Aber hast mir wenigstens die Möglichkeit gegeben mal was auszuprobieren...


mfg
umbrasaxum


----------



## Tasm-Devil (12. Juni 2005)

ich weiß auch nich wie ich auf SWITCH kahm ? *kopfgegenbaumhau*


----------



## Tobias K. (12. Juni 2005)

moin


*nochmalamkopfkratz* dürfen Funktionen überhaupt switch heissen? Ich glaub nicht....


mfg
umbrasaxum


----------



## Flegmon (12. Juni 2005)

umbrasaxum hat gesagt.:
			
		

> moin
> 
> 
> *nochmalamkopfkratz* dürfen Funktionen überhaupt switch heissen?
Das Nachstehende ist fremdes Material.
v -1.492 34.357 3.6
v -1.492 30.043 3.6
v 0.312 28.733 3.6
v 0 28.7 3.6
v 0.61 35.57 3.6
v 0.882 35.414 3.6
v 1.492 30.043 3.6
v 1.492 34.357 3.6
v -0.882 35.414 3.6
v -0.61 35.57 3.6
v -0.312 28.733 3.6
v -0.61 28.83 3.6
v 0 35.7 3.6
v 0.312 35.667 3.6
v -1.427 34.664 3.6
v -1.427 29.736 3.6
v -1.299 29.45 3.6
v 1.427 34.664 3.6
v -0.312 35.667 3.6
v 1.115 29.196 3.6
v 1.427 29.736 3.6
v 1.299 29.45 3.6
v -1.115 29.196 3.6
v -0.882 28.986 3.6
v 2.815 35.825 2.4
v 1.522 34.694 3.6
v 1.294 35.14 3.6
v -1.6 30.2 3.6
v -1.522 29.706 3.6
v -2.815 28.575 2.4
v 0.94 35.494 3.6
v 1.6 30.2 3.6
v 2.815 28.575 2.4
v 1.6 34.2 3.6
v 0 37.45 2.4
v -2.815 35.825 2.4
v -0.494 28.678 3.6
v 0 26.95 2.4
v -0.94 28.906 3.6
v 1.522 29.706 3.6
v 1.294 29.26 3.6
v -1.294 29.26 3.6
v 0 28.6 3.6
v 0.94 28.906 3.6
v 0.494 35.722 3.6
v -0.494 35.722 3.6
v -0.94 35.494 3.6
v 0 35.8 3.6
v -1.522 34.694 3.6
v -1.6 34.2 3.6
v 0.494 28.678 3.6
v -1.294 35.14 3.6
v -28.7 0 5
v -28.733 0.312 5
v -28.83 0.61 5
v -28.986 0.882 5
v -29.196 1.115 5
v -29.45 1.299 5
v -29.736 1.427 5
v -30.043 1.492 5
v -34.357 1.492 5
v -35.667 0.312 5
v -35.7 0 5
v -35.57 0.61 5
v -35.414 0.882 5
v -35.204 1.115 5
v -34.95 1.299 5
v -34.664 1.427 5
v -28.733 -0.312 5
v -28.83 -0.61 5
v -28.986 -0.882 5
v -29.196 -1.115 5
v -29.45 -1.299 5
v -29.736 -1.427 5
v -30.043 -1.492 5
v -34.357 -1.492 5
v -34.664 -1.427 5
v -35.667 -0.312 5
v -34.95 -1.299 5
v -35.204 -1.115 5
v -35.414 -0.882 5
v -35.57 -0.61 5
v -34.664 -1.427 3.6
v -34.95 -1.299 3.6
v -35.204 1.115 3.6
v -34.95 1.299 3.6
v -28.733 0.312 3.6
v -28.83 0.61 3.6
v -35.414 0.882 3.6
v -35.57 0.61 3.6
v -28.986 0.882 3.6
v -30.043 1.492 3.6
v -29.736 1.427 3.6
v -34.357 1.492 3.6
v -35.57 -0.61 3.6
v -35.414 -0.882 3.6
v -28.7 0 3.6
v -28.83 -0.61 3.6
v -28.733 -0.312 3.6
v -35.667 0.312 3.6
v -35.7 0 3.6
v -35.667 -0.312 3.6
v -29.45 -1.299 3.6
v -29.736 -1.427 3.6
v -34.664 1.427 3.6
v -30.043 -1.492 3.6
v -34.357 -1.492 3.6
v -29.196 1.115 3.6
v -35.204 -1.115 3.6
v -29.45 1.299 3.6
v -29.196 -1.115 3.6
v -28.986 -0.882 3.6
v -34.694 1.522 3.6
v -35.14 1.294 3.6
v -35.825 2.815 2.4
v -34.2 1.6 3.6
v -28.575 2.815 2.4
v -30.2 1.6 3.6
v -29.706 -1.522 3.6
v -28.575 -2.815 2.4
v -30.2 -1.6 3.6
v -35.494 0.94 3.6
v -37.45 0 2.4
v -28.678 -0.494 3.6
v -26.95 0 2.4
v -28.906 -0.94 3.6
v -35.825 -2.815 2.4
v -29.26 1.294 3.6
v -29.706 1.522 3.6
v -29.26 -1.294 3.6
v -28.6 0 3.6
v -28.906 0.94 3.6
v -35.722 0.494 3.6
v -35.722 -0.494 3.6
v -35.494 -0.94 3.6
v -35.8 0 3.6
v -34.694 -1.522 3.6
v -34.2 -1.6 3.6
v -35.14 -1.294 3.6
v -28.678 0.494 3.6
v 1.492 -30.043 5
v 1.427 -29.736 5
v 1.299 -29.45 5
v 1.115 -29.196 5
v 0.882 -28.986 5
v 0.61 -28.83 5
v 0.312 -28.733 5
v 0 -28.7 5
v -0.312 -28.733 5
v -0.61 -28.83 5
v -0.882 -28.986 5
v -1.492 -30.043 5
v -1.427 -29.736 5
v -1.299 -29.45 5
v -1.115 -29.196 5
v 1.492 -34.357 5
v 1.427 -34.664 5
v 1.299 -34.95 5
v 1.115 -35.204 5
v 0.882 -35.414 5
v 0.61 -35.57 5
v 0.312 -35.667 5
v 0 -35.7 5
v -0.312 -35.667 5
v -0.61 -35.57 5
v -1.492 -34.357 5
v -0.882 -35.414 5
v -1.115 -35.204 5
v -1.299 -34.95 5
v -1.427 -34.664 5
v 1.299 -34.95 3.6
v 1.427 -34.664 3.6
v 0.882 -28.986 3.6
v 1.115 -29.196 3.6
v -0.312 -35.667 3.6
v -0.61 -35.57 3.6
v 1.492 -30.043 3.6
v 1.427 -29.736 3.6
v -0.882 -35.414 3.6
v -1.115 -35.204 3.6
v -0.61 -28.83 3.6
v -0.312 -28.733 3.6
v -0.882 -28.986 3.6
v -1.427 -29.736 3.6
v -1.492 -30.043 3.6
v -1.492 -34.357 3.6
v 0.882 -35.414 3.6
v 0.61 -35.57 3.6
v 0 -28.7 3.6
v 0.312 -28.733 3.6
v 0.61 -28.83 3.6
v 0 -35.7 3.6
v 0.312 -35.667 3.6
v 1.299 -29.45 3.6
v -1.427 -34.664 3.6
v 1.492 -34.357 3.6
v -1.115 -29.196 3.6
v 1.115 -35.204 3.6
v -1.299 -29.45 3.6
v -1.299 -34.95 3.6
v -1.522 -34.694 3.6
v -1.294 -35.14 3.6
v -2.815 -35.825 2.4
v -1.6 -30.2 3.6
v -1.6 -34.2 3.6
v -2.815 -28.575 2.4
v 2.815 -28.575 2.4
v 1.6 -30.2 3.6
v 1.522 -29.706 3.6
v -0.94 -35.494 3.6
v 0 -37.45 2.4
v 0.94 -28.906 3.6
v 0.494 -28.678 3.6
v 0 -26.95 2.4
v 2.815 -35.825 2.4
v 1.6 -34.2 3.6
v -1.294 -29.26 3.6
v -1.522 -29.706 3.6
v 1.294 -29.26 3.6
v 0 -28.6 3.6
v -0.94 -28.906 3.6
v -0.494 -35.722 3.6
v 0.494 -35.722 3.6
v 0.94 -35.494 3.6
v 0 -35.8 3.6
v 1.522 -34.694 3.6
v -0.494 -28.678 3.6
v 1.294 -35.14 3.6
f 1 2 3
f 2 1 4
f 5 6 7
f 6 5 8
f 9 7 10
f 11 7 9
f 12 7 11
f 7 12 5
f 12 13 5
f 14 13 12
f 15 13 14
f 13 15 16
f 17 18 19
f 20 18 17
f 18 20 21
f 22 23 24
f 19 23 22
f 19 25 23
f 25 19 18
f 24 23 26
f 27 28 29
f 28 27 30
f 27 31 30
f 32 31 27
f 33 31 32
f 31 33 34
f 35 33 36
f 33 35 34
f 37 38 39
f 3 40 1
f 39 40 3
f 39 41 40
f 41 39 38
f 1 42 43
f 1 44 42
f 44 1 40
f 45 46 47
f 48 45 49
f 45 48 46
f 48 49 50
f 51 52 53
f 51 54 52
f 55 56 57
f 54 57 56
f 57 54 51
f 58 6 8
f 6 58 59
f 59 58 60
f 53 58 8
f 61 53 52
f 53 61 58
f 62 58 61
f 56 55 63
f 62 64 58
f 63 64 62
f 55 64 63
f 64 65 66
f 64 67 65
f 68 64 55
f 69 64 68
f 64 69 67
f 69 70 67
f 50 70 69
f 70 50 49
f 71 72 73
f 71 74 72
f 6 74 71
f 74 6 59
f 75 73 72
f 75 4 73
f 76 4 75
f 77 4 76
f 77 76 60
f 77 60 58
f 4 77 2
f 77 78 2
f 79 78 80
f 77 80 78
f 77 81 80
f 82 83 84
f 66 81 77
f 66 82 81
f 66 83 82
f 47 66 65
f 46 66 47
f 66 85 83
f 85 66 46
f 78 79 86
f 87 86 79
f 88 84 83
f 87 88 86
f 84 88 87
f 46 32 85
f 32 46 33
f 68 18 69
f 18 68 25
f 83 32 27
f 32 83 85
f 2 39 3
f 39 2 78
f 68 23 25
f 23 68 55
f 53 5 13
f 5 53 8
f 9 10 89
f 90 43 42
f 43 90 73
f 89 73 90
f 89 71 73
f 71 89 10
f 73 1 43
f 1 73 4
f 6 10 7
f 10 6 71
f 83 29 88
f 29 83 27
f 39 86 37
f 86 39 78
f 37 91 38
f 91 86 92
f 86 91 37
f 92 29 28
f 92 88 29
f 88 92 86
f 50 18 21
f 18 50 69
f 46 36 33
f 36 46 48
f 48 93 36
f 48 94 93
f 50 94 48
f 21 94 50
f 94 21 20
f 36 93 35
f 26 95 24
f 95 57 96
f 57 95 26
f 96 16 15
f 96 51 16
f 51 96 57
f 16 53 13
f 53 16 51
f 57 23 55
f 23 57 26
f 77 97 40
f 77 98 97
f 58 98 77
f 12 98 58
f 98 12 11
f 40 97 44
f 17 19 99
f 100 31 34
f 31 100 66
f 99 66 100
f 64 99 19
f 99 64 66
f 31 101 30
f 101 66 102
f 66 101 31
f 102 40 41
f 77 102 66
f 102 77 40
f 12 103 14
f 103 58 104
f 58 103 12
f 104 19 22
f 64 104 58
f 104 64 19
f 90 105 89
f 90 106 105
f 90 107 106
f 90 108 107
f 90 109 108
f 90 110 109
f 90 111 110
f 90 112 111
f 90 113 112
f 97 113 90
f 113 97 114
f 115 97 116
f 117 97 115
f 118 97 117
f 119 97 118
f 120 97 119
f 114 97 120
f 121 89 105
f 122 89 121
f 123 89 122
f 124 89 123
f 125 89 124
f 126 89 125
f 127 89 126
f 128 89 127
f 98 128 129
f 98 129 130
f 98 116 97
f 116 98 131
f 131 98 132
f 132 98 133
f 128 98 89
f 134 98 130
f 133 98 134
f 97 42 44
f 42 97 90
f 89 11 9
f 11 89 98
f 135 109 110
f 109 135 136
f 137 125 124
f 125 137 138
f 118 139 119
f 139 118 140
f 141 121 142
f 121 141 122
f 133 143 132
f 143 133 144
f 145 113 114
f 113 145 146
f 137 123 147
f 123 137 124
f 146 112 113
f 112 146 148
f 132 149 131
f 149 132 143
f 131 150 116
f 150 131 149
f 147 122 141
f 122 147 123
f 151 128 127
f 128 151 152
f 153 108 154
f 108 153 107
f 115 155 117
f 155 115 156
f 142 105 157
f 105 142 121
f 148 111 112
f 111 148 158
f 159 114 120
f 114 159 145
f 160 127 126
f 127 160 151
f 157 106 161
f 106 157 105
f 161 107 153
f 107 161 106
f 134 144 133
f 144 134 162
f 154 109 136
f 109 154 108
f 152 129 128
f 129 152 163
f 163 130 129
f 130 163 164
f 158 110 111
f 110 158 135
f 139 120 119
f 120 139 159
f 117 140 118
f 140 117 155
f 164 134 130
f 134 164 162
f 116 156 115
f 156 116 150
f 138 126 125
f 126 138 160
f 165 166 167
Ich glaub nicht....
> ...



solange sie nicht switch (komplett klein) geschrieben sind ja.
Es ist aber eher ungünstig sie so zu benennen.


----------



## Tasm-Devil (17. Juni 2005)

ok ok is ja mein Fehler. Ich komm übrigends grad aus Prag. Schöne Stadt. Billige Kippen und andere Sachen...
gut gut out of Topic


----------



## Kachelator (17. Juni 2005)

> also wenn man nur 2 Werte übergeben möchte kann man das Template pair<Typ, Typ> nehmen, sollten es jedoch mehr sein/werden können dann ist ein vector vielleicht besser.



Wenn es mehr als zwei sein sollen, kann man sehr gut boost::tupel verwenden.

Die Boost-Template-Library kann ich ohnehin jedem empfehlen. Bietet viele nützliche Klassen. Zu beziehen hier (für lau): http://www.boost.org


----------